Stored data:
⟨

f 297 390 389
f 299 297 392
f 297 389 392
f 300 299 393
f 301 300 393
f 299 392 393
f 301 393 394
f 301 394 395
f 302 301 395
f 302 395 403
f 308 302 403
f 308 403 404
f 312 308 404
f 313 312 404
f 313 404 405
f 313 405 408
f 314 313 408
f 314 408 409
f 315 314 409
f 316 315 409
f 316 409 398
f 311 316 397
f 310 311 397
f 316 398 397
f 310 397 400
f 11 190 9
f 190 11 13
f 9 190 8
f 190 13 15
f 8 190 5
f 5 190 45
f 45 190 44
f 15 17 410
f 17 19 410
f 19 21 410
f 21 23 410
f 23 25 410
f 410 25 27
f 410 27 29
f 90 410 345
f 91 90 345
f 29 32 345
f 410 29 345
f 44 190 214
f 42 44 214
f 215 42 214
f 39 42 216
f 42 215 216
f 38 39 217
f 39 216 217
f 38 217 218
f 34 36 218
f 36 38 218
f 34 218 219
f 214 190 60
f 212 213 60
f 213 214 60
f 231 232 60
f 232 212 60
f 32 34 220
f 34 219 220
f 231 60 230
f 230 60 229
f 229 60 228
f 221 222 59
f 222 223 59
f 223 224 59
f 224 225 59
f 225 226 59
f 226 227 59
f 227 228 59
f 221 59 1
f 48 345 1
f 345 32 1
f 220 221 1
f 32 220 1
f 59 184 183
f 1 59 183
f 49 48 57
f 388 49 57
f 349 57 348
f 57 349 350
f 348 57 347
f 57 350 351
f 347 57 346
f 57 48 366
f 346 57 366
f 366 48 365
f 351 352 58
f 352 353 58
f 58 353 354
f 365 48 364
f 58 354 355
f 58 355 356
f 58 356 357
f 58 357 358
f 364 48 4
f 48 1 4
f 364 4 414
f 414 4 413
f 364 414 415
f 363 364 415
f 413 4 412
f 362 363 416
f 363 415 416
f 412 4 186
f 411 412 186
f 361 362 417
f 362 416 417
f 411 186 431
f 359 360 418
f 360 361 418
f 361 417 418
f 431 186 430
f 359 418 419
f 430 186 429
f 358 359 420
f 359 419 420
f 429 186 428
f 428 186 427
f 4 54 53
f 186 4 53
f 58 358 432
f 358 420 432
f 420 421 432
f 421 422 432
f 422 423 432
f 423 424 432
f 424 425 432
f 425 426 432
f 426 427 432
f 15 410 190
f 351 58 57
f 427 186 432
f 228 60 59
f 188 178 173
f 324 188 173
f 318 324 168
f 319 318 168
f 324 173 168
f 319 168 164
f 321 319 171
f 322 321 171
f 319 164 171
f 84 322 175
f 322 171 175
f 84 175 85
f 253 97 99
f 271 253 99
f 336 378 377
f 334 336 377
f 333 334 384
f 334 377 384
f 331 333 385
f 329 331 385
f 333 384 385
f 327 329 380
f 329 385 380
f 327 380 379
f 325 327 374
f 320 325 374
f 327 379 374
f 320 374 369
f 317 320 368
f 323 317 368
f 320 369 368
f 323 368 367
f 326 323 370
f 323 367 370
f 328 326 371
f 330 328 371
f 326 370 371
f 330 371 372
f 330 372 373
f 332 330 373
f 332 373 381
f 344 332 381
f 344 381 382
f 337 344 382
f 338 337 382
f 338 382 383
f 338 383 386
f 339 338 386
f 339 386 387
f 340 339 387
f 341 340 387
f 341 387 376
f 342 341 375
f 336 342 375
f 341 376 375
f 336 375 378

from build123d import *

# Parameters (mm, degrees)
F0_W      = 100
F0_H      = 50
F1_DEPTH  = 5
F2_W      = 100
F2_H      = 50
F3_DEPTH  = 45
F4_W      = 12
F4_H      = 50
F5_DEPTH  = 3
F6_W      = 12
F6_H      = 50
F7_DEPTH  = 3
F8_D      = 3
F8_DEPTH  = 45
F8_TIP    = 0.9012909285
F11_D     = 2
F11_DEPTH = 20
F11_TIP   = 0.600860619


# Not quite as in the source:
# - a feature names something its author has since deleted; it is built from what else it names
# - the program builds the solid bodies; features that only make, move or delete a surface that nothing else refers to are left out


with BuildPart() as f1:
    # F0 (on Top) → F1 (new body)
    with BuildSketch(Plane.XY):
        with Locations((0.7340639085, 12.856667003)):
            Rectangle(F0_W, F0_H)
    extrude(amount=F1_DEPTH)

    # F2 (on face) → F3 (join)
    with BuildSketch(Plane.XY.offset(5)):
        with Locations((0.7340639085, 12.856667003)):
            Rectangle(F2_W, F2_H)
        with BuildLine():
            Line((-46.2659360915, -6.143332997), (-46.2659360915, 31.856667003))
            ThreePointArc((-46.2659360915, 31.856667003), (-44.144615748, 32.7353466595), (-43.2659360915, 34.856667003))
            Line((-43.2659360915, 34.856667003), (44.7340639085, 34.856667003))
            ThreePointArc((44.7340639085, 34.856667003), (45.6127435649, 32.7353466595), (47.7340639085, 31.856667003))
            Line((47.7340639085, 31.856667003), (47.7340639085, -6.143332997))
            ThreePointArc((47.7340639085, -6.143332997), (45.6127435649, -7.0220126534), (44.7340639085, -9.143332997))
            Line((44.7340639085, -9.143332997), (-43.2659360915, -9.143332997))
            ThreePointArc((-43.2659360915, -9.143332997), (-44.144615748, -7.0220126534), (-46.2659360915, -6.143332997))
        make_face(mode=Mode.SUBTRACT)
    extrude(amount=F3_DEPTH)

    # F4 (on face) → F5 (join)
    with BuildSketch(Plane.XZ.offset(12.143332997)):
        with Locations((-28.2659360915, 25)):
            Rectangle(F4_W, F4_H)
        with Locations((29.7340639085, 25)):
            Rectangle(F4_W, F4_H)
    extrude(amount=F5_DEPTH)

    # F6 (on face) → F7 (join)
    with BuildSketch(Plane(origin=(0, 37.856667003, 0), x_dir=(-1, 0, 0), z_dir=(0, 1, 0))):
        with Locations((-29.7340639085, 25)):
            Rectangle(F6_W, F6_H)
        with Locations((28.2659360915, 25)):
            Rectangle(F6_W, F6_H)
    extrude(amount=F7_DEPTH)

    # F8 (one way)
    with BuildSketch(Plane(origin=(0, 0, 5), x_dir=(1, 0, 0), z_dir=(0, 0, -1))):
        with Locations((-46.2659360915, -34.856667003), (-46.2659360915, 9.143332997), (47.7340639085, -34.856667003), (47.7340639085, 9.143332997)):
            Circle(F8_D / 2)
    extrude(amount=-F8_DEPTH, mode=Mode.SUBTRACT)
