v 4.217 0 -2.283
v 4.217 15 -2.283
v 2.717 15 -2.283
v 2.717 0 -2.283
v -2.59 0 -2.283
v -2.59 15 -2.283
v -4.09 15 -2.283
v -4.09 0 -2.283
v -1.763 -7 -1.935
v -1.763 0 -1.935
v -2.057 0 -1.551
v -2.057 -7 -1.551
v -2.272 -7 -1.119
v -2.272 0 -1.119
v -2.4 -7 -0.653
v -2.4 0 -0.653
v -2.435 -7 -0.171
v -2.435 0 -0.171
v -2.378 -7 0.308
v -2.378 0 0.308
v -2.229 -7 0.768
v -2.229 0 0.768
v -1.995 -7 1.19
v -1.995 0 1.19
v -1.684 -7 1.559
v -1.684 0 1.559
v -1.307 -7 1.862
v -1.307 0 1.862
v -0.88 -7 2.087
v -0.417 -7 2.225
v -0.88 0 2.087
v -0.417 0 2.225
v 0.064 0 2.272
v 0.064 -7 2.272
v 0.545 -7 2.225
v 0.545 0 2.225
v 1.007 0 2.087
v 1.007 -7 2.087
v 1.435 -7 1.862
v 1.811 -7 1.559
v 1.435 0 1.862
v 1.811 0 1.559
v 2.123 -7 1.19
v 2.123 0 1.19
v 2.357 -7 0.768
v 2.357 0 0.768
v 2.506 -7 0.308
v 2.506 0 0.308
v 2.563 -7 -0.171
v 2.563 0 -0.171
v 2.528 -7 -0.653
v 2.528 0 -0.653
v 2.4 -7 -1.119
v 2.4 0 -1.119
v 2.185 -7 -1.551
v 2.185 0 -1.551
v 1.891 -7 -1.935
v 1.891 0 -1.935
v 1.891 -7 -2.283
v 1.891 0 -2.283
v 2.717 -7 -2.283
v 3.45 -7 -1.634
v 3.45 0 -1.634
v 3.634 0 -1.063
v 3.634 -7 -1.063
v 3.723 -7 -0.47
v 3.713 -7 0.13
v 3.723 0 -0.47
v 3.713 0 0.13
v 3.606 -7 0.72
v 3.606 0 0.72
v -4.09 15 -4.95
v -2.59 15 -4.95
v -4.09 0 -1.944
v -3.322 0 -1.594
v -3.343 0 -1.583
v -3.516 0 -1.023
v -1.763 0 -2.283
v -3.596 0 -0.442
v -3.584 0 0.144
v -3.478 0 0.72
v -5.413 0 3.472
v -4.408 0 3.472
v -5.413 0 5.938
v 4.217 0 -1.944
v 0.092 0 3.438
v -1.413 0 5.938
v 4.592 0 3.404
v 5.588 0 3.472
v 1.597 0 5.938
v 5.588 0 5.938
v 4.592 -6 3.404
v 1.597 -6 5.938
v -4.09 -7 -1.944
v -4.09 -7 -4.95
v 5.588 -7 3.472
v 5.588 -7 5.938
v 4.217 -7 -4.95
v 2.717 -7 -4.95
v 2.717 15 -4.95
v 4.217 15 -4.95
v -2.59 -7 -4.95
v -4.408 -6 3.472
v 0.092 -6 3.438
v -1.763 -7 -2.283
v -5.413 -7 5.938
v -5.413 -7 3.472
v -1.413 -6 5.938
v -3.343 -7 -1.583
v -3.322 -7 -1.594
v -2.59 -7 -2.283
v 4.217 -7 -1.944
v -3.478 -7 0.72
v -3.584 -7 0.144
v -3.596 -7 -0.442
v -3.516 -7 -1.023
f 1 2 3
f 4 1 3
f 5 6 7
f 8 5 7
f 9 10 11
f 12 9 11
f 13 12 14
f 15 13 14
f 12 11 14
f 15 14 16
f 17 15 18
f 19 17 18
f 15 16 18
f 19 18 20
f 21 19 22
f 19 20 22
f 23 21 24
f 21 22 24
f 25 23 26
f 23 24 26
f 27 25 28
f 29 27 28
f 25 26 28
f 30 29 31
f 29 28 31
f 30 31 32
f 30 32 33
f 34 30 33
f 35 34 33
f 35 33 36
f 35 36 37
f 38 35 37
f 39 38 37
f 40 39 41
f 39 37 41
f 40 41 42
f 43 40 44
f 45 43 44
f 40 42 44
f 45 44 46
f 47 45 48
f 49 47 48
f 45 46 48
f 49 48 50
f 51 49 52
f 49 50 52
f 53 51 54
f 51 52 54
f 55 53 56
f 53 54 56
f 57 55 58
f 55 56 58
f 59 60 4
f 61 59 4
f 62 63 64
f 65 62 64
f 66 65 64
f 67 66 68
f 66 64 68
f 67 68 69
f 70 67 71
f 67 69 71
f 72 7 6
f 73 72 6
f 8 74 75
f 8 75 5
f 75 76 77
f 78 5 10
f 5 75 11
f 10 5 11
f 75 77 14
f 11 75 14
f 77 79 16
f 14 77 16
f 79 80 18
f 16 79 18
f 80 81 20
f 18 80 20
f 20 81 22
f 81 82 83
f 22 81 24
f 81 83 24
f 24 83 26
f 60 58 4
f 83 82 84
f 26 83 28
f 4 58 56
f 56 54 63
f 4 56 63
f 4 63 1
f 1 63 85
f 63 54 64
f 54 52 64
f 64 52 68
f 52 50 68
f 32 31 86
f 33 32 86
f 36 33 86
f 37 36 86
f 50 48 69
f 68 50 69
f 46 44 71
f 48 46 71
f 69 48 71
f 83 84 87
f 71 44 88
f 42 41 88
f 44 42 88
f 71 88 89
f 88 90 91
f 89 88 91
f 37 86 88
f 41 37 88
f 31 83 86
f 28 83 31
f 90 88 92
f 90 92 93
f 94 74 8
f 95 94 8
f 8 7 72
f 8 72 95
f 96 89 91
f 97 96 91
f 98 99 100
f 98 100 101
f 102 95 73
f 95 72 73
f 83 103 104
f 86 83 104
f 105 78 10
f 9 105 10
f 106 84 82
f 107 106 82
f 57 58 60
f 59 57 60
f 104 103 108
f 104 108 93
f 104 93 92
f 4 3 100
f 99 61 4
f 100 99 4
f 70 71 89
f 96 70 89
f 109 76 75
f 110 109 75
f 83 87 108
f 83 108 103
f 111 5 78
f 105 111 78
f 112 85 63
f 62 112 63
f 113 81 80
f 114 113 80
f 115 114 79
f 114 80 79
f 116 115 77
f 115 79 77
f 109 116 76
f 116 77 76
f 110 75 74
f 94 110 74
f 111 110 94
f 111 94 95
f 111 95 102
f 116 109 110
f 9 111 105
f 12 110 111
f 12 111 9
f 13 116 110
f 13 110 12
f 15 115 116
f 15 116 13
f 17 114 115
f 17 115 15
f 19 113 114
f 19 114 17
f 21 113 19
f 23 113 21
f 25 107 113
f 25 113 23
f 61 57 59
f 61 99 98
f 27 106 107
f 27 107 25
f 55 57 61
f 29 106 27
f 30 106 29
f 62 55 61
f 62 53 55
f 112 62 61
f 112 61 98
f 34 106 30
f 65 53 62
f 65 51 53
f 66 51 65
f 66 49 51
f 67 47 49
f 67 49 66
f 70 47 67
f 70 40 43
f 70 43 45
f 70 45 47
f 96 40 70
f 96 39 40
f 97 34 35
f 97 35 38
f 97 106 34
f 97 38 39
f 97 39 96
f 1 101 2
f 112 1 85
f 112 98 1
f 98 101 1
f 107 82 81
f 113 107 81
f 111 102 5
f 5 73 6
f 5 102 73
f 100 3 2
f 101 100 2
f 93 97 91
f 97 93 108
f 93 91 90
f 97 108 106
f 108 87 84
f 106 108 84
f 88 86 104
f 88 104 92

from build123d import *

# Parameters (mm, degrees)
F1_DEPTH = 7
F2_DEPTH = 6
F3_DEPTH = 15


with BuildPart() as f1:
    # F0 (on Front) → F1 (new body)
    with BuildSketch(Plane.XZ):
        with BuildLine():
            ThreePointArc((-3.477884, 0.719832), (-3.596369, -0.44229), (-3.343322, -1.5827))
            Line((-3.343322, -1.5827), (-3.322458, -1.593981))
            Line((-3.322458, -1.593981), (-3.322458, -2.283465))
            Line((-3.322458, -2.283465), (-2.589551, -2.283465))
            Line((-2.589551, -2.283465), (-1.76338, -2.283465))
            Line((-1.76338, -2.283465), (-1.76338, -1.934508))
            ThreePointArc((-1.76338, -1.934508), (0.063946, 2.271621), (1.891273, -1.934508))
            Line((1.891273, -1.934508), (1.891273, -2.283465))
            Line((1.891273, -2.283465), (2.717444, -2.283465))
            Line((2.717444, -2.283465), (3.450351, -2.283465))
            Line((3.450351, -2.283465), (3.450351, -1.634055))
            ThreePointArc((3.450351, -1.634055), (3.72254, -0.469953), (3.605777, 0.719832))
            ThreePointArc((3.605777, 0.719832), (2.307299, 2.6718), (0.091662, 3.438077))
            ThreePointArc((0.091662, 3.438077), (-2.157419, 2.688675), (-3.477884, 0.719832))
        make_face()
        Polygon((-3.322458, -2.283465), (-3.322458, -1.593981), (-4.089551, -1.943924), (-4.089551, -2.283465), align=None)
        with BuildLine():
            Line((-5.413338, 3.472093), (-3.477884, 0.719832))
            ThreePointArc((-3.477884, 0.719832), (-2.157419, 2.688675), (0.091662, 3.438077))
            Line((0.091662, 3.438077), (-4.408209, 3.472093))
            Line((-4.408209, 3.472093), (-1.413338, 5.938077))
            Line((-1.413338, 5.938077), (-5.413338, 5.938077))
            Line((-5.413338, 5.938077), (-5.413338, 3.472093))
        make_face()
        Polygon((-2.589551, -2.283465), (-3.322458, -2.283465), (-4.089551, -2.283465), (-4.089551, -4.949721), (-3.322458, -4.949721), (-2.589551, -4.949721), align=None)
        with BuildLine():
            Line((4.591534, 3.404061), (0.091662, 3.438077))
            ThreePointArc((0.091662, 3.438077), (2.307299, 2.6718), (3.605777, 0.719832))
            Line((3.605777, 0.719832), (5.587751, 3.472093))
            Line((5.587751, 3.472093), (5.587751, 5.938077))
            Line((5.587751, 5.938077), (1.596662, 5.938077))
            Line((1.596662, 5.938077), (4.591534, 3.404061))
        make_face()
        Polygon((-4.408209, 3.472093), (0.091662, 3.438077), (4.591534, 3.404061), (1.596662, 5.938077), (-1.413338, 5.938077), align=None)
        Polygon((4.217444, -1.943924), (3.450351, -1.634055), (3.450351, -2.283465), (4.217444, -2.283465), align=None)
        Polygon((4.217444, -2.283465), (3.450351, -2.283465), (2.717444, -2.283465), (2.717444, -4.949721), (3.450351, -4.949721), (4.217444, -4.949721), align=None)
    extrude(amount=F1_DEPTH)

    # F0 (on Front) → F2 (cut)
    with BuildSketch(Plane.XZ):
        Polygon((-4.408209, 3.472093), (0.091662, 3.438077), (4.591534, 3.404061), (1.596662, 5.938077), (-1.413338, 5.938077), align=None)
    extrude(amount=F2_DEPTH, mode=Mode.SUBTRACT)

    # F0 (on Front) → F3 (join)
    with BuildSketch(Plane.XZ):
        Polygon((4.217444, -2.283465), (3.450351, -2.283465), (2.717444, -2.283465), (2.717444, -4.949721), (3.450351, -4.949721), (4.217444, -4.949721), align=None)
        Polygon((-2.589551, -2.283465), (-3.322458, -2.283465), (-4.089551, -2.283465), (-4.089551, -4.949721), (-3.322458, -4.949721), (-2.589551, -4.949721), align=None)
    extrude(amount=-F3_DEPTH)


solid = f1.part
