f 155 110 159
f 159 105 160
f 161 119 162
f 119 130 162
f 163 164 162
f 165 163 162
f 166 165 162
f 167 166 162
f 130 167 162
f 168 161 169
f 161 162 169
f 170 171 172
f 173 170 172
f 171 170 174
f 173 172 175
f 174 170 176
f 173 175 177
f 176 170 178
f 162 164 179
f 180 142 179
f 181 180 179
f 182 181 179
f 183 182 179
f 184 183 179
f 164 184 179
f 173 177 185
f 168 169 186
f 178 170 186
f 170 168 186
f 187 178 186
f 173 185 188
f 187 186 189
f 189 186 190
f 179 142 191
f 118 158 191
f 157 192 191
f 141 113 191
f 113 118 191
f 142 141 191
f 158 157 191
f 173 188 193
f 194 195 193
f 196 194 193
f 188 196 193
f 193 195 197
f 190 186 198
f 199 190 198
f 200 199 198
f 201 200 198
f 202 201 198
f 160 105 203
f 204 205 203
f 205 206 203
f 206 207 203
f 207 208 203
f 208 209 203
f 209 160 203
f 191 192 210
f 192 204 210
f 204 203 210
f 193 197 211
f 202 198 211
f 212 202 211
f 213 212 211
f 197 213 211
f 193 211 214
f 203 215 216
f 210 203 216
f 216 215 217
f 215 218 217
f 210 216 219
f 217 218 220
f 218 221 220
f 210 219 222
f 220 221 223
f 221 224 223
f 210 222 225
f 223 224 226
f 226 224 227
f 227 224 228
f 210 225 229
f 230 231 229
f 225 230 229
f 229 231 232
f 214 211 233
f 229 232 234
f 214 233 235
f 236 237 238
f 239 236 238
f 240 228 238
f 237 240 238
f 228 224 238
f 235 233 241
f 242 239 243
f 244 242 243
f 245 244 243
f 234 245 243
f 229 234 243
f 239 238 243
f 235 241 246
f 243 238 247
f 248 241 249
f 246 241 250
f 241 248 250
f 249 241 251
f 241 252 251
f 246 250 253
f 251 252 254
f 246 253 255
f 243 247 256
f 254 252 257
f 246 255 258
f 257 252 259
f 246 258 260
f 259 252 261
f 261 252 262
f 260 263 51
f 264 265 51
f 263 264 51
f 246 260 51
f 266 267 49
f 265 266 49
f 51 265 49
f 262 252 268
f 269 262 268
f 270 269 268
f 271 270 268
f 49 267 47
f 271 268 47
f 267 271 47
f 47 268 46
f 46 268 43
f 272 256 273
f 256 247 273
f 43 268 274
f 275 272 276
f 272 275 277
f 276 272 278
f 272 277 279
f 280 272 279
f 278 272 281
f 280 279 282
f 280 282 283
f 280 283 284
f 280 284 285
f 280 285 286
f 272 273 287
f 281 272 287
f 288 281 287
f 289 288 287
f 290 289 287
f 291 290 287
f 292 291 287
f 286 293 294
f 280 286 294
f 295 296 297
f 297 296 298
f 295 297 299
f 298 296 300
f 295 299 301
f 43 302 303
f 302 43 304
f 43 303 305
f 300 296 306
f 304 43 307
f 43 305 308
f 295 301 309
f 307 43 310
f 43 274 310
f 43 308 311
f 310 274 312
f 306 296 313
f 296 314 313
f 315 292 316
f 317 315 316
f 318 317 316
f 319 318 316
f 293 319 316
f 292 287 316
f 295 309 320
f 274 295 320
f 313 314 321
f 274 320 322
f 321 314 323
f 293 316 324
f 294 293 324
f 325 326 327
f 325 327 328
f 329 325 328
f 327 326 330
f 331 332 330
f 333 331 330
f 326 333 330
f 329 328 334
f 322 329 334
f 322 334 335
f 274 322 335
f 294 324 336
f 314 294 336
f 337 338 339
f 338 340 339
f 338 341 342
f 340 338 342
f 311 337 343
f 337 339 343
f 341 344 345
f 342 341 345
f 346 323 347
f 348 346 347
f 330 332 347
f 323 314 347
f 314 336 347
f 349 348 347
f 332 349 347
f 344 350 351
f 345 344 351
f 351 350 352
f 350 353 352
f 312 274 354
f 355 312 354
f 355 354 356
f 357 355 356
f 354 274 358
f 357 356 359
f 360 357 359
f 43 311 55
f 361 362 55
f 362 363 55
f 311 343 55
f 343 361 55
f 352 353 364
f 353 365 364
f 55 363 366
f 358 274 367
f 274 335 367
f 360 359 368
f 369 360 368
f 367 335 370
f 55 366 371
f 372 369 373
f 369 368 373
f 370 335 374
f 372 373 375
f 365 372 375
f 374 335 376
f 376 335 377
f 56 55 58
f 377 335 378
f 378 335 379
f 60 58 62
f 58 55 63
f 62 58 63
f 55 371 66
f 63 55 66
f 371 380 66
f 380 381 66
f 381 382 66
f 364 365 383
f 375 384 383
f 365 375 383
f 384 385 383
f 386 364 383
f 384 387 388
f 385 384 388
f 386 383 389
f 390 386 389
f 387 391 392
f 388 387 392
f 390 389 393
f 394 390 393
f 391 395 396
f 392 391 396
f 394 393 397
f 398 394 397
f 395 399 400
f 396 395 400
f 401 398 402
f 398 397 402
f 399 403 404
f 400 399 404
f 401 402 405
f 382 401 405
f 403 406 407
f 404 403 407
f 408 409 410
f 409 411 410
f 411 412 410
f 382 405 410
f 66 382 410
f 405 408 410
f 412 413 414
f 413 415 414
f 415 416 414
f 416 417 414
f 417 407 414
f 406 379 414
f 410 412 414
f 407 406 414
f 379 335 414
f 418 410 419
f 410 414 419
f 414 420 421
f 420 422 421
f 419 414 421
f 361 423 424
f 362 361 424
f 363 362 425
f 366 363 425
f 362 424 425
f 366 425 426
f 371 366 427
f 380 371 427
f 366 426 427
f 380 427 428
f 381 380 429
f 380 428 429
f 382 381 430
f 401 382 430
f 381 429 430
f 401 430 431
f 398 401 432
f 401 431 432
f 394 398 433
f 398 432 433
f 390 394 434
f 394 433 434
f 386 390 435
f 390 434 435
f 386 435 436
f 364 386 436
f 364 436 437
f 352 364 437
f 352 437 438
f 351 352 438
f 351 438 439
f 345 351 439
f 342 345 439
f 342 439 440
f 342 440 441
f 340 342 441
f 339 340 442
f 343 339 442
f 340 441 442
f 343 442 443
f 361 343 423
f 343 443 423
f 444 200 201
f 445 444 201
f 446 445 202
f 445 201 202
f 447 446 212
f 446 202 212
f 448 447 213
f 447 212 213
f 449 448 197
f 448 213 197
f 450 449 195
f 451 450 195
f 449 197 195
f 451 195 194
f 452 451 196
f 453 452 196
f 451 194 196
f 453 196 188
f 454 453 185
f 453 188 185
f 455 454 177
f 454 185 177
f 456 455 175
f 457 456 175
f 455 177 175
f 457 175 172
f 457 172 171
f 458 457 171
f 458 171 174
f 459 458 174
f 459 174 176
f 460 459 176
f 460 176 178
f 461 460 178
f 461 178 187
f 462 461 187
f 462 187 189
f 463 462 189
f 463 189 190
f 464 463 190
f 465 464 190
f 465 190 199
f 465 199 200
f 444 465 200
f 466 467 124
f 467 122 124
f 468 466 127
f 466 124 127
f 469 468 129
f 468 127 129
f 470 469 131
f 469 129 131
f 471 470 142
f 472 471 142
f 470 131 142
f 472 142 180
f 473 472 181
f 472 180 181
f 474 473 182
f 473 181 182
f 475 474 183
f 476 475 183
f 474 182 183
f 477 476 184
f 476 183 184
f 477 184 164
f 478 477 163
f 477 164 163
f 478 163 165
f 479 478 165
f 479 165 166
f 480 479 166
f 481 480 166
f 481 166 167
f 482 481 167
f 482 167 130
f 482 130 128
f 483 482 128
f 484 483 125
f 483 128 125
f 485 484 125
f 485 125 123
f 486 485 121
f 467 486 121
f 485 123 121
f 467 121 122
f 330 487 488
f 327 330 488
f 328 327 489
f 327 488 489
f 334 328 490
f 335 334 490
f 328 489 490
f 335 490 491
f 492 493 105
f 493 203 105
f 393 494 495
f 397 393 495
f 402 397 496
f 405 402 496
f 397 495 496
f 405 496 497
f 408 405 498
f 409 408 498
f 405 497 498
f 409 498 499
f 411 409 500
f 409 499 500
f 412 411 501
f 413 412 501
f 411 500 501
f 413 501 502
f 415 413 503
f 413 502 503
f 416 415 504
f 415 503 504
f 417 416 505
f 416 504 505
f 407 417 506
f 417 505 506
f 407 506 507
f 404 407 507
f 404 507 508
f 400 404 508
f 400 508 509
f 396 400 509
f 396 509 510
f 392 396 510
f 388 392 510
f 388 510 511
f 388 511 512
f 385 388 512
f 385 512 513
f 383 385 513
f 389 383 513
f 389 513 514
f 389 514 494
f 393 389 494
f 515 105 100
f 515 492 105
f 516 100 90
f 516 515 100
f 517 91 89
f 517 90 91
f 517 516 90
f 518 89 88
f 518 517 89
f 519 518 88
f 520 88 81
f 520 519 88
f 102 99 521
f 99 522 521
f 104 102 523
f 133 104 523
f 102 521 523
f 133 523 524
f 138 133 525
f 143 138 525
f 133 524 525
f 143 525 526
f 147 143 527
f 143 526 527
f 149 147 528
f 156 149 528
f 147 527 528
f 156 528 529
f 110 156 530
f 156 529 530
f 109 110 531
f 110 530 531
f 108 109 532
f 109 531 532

⟩

**EXERCISE INSTRUCTIONS**
Your answer should be a single number: the count of lines in the entries that hold the string "origin".

**ANSWER TO THIS EXERCISE**
2